Stored data entries
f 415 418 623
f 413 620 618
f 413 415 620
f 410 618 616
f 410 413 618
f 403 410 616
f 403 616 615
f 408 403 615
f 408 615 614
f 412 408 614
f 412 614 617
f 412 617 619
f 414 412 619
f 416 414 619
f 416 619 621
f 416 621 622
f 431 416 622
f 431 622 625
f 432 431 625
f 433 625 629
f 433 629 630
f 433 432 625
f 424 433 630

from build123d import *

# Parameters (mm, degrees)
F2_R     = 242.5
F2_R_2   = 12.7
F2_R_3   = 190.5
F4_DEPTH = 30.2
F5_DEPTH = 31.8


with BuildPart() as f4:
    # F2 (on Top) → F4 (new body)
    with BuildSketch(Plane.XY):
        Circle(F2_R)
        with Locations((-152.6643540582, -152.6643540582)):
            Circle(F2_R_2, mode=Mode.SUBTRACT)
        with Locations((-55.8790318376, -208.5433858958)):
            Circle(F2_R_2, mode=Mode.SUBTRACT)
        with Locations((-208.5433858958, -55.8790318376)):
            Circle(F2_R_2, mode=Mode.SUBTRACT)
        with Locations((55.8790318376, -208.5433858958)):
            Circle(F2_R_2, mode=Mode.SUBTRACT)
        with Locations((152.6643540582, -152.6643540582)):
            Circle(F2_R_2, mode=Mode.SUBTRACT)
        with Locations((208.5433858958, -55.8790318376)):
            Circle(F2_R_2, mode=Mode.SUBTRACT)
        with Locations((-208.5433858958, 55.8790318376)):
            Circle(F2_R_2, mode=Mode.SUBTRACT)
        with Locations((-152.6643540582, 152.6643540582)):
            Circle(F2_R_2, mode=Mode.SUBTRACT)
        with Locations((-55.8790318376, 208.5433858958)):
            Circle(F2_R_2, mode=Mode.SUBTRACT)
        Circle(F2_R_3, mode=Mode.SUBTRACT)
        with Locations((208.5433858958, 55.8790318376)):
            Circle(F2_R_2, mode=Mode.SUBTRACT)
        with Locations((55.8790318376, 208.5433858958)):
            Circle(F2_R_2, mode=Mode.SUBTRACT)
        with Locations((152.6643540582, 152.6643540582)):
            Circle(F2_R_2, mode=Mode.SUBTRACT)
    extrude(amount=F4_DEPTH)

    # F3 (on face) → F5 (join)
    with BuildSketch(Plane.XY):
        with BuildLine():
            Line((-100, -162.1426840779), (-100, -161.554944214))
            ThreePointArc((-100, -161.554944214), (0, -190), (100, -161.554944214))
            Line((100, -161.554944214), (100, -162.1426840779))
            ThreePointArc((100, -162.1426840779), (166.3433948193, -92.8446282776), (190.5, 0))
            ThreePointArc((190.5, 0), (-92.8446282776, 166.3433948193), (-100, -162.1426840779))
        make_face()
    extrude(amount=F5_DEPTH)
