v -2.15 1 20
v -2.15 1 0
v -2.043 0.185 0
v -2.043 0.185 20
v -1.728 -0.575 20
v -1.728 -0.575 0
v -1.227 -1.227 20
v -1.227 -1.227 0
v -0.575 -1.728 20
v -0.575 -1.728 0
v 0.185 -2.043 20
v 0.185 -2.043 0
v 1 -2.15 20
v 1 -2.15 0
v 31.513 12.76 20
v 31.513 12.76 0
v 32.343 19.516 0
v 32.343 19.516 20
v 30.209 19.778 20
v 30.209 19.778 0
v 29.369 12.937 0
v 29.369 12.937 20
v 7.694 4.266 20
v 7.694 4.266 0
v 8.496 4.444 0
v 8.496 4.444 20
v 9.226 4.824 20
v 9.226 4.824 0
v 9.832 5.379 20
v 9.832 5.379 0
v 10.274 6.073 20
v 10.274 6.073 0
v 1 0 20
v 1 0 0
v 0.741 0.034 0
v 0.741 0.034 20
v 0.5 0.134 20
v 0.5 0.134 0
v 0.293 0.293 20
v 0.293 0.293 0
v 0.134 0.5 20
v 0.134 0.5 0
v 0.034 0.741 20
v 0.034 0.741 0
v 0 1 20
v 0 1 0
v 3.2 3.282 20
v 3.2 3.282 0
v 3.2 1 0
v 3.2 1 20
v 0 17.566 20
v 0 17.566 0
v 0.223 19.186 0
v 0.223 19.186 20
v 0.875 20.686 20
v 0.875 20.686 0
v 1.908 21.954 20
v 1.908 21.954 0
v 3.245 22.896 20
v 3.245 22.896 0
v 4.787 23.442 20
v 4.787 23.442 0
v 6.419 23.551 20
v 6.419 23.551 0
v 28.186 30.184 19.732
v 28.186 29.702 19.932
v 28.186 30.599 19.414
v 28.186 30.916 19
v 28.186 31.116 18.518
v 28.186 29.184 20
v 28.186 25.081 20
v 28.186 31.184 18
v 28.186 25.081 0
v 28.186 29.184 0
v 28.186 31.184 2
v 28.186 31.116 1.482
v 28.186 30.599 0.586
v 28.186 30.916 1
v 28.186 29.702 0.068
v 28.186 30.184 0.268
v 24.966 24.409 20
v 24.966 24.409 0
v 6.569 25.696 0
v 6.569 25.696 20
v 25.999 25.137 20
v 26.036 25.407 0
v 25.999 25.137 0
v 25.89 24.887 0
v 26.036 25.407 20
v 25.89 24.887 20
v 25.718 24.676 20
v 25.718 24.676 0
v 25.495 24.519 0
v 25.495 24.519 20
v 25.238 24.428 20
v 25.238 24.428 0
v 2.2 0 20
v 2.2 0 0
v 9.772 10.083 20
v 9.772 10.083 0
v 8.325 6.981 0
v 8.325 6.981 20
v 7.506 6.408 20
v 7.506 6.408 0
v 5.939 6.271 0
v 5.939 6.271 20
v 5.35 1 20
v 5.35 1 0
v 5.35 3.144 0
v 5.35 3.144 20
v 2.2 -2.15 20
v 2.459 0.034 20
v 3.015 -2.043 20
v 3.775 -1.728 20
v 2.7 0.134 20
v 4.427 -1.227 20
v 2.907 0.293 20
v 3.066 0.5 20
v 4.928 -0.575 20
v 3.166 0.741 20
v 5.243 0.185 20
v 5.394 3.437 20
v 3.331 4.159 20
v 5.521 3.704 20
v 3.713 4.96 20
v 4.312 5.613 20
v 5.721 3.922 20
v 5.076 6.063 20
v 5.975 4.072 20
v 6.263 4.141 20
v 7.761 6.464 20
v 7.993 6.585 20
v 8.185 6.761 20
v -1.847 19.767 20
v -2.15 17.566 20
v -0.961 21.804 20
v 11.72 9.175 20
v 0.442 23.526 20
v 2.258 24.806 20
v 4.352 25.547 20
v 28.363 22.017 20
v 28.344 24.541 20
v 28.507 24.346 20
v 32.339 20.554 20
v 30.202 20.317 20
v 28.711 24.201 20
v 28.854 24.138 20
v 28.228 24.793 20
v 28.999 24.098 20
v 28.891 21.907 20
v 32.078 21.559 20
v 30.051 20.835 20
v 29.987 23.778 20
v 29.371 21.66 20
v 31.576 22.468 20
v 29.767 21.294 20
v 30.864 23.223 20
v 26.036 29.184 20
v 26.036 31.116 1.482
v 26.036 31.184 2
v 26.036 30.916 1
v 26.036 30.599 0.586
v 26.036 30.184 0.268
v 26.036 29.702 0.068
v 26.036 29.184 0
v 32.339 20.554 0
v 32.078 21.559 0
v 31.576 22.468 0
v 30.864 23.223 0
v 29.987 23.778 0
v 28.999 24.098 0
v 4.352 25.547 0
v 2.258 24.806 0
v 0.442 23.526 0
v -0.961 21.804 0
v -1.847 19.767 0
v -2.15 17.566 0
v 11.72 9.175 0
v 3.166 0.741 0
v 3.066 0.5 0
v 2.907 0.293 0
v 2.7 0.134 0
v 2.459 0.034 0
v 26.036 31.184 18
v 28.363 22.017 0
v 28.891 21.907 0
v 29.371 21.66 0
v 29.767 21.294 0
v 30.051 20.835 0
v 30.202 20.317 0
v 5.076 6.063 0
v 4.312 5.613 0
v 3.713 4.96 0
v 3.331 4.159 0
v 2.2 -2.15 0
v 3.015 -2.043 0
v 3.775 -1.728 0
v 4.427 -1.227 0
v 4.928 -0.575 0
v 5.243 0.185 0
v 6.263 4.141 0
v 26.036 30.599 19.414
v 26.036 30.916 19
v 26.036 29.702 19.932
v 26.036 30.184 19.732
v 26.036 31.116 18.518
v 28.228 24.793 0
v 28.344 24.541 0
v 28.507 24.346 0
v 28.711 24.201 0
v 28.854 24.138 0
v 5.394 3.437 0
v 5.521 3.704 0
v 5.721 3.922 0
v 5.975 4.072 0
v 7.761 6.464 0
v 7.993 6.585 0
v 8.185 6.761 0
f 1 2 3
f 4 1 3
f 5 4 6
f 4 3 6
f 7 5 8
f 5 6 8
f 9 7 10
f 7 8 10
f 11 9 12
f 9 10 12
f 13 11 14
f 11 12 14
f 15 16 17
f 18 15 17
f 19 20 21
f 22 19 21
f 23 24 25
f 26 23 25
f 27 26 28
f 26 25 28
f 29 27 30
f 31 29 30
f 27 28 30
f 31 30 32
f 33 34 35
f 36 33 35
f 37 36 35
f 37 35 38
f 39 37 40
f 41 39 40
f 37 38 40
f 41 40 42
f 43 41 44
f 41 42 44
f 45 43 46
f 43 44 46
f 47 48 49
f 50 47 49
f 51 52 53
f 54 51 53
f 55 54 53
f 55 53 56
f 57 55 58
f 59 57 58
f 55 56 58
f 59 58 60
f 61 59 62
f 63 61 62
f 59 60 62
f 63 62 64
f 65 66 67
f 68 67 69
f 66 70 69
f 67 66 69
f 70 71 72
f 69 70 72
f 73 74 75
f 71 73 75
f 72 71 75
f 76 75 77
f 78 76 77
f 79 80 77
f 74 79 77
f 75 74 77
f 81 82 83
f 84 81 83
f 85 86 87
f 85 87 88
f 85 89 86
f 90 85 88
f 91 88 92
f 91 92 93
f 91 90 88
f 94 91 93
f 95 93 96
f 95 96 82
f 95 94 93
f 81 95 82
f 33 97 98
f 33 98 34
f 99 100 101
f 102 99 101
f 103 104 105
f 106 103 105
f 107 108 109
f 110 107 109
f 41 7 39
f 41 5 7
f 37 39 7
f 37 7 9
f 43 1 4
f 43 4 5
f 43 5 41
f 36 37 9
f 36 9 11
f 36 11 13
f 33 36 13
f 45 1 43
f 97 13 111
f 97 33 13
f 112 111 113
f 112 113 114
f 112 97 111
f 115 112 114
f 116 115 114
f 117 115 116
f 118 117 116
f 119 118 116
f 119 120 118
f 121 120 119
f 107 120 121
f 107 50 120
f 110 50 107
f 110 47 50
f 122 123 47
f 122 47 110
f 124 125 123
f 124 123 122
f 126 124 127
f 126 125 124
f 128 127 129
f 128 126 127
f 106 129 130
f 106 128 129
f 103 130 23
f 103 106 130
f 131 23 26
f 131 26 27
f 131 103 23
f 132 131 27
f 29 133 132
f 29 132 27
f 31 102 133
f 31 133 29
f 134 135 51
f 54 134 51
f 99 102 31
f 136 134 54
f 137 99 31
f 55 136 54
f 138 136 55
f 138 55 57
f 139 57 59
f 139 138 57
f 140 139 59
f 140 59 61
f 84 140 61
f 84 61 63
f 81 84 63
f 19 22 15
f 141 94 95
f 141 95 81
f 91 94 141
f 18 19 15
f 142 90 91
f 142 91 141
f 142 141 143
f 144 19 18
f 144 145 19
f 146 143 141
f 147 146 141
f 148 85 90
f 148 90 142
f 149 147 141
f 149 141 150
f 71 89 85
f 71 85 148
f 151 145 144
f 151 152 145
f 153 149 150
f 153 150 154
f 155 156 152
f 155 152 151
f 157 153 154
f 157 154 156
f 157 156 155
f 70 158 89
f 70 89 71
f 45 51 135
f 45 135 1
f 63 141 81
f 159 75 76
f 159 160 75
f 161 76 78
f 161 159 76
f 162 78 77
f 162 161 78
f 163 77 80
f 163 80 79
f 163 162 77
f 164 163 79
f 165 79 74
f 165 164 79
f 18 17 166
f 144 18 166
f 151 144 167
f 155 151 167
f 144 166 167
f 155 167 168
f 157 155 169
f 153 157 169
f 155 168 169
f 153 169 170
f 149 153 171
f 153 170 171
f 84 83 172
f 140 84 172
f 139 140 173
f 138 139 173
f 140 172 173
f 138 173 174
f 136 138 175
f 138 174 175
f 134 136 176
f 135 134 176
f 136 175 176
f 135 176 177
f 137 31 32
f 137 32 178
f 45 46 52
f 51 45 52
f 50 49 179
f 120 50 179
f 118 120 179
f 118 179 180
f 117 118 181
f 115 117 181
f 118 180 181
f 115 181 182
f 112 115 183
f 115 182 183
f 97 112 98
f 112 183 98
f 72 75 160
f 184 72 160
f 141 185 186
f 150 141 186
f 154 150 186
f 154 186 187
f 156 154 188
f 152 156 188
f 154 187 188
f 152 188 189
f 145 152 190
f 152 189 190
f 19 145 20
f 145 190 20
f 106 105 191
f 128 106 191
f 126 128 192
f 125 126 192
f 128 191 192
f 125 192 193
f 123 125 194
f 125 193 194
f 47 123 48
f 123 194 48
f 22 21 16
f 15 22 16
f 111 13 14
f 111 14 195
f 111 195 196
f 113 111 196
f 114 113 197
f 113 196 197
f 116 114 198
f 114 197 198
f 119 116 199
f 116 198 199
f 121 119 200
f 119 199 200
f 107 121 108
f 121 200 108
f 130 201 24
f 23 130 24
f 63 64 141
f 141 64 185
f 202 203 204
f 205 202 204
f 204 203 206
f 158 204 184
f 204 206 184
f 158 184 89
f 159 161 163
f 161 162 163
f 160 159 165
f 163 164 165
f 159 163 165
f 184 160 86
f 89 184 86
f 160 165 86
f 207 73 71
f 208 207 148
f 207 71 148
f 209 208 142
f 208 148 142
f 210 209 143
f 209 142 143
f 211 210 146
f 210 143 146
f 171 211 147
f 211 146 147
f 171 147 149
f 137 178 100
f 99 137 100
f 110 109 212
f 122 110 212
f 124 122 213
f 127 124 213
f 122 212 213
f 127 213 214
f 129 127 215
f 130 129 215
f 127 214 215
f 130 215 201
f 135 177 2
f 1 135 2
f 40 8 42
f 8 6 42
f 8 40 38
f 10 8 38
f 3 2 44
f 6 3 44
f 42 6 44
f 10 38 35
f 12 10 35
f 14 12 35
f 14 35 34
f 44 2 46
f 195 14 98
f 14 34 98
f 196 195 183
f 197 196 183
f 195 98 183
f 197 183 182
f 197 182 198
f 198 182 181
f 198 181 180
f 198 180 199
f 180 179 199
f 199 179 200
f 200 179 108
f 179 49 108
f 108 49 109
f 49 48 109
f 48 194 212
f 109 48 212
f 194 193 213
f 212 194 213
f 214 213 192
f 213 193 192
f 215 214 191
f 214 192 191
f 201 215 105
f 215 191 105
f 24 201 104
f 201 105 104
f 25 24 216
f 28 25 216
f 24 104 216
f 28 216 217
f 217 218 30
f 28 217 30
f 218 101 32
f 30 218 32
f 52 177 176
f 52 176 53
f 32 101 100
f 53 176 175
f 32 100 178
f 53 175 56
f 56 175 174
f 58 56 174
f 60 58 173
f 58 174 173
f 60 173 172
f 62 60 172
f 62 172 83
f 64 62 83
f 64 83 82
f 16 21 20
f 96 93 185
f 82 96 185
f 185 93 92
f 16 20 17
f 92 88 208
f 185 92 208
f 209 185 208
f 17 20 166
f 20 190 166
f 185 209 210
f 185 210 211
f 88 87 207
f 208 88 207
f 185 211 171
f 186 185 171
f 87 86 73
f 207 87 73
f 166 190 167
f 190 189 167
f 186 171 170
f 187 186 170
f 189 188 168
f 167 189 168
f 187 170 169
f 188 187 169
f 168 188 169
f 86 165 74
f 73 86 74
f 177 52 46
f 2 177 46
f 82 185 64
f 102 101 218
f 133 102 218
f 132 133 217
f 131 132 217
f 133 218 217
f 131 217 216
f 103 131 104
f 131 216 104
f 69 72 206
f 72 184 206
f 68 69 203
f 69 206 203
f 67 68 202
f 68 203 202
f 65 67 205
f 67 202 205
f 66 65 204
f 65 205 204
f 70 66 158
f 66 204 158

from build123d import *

# Parameters (mm, degrees)
F1_DEPTH = 20
F2_R     = 2
F3_R     = 1


with BuildPart() as f1:
    # F0 (on Top) → F1 (new body)
    with BuildSketch(Plane.XY):
        with BuildLine():
            ThreePointArc((1, 0), (0.2928932188, 0.2928932188), (0, 1))
            Line((0, 1), (0, 17.5657877399))
            ThreePointArc((0, 17.5657877399), (1.9080098396, 21.9539099496), (6.4185388425, 23.5511720414))
            Line((6.4185388425, 23.5511720414), (28.3631797552, 22.0166532631))
            ThreePointArc((28.3631797552, 22.0166532631), (29.7669159745, 21.2936816032), (30.208759111, 19.7777864758))
            Line((30.208759111, 19.7777864758), (29.3687820043, 12.9367219271))
            Line((29.3687820043, 12.9367219271), (31.5132220522, 12.7599401181))
            Line((31.5132220522, 12.7599401181), (32.342733337, 19.5157673875))
            ThreePointArc((32.342733337, 19.5157673875), (31.4259088288, 22.6612497768), (28.5131561738, 24.1614159712))
            Line((28.5131561738, 24.1614159712), (28.1860586203, 24.1842888603))
            Line((28.1860586203, 24.1842888603), (26.0360586203, 24.1842888603))
            Line((26.0360586203, 24.1842888603), (26.0360586203, 24.334631506))
            Line((26.0360586203, 24.334631506), (6.568515261, 25.6959347495))
            ThreePointArc((6.568515261, 25.6959347495), (0.4417133655, 23.526320408), (-2.15, 17.5657877399))
            Line((-2.15, 17.5657877399), (-2.15, 1))
            ThreePointArc((-2.15, 1), (-1.2273863607, -1.2273863607), (1, -2.15))
            Line((1, -2.15), (2.2, -2.15))
            ThreePointArc((2.2, -2.15), (4.4273863607, -1.2273863607), (5.35, 1))
            Line((5.35, 1), (5.35, 3.1444985108))
            ThreePointArc((5.35, 3.1444985108), (5.6127226632, 3.8200887184), (6.2628442573, 4.1406932089))
            Line((6.2628442573, 4.1406932089), (7.6935855904, 4.2658668559))
            ThreePointArc((7.6935855904, 4.2658668559), (9.2258107753, 4.8235512154), (10.27391453, 6.0726326305))
            Line((10.27391453, 6.0726326305), (11.7203888097, 9.1746067338))
            Line((11.7203888097, 9.1746067338), (9.7718270676, 10.0832359965))
            Line((9.7718270676, 10.0832359965), (8.3253527878, 6.9812618932))
            ThreePointArc((8.3253527878, 6.9812618932), (7.9926214371, 6.5847281106), (7.5062007435, 6.4076854568))
            Line((7.5062007435, 6.4076854568), (5.9385327718, 6.2705322811))
            ThreePointArc((5.9385327718, 6.2705322811), (3.9881679896, 5.3087188097), (3.2, 3.2819481869))
            Line((3.2, 3.2819481869), (3.2, 1))
            ThreePointArc((3.2, 1), (2.9071067812, 0.2928932188), (2.2, 0))
            Line((2.2, 0), (1, 0))
        make_face()
        Polygon((26.0360586203, 24.1842888603), (28.1860586203, 24.1842888603), (26.0360586203, 24.334631506), align=None)
        Polygon((26.0360586203, 24.334631506), (28.1860586203, 24.1842888603), (28.1860586203, 31.1842888603), (26.0360586203, 31.1842888603), align=None)
    extrude(amount=F1_DEPTH)

    # F2
    f2_edges = [f1.edges().sort_by_distance(p)[0] for p in [
        (27.111059, 31.184289, 20),
        (27.111059, 31.184289, 0),
    ]]
    fillet(f2_edges, radius=F2_R)

    # F3
    f3_edges = [f1.edges().sort_by_distance(p)[0] for p in [
        (26.036059, 24.334632, 10),
        (28.186059, 24.184289, 10),
    ]]
    fillet(f3_edges, radius=F3_R)


solid = f1.part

- Assignment
From the entries above, return exactly the line containing "f 123 194 48", the line containing "f 110 109 212", and all lines between, and nothing else.

- Answer below
f 123 194 48
f 22 21 16
f 15 22 16
f 111 13 14
f 111 14 195
f 111 195 196
f 113 111 196
f 114 113 197
f 113 196 197
f 116 114 198
f 114 197 198
f 119 116 199
f 116 198 199
f 121 119 200
f 119 199 200
f 107 121 108
f 121 200 108
f 130 201 24
f 23 130 24
f 63 64 141
f 141 64 185
f 202 203 204
f 205 202 204
f 204 203 206
f 158 204 184
f 204 206 184
f 158 184 89
f 159 161 163
f 161 162 163
f 160 159 165
f 163 164 165
f 159 163 165
f 184 160 86
f 89 184 86
f 160 165 86
f 207 73 71
f 208 207 148
f 207 71 148
f 209 208 142
f 208 148 142
f 210 209 143
f 209 142 143
f 211 210 146
f 210 143 146
f 171 211 147
f 211 146 147
f 171 147 149
f 137 178 100
f 99 137 100
f 110 109 212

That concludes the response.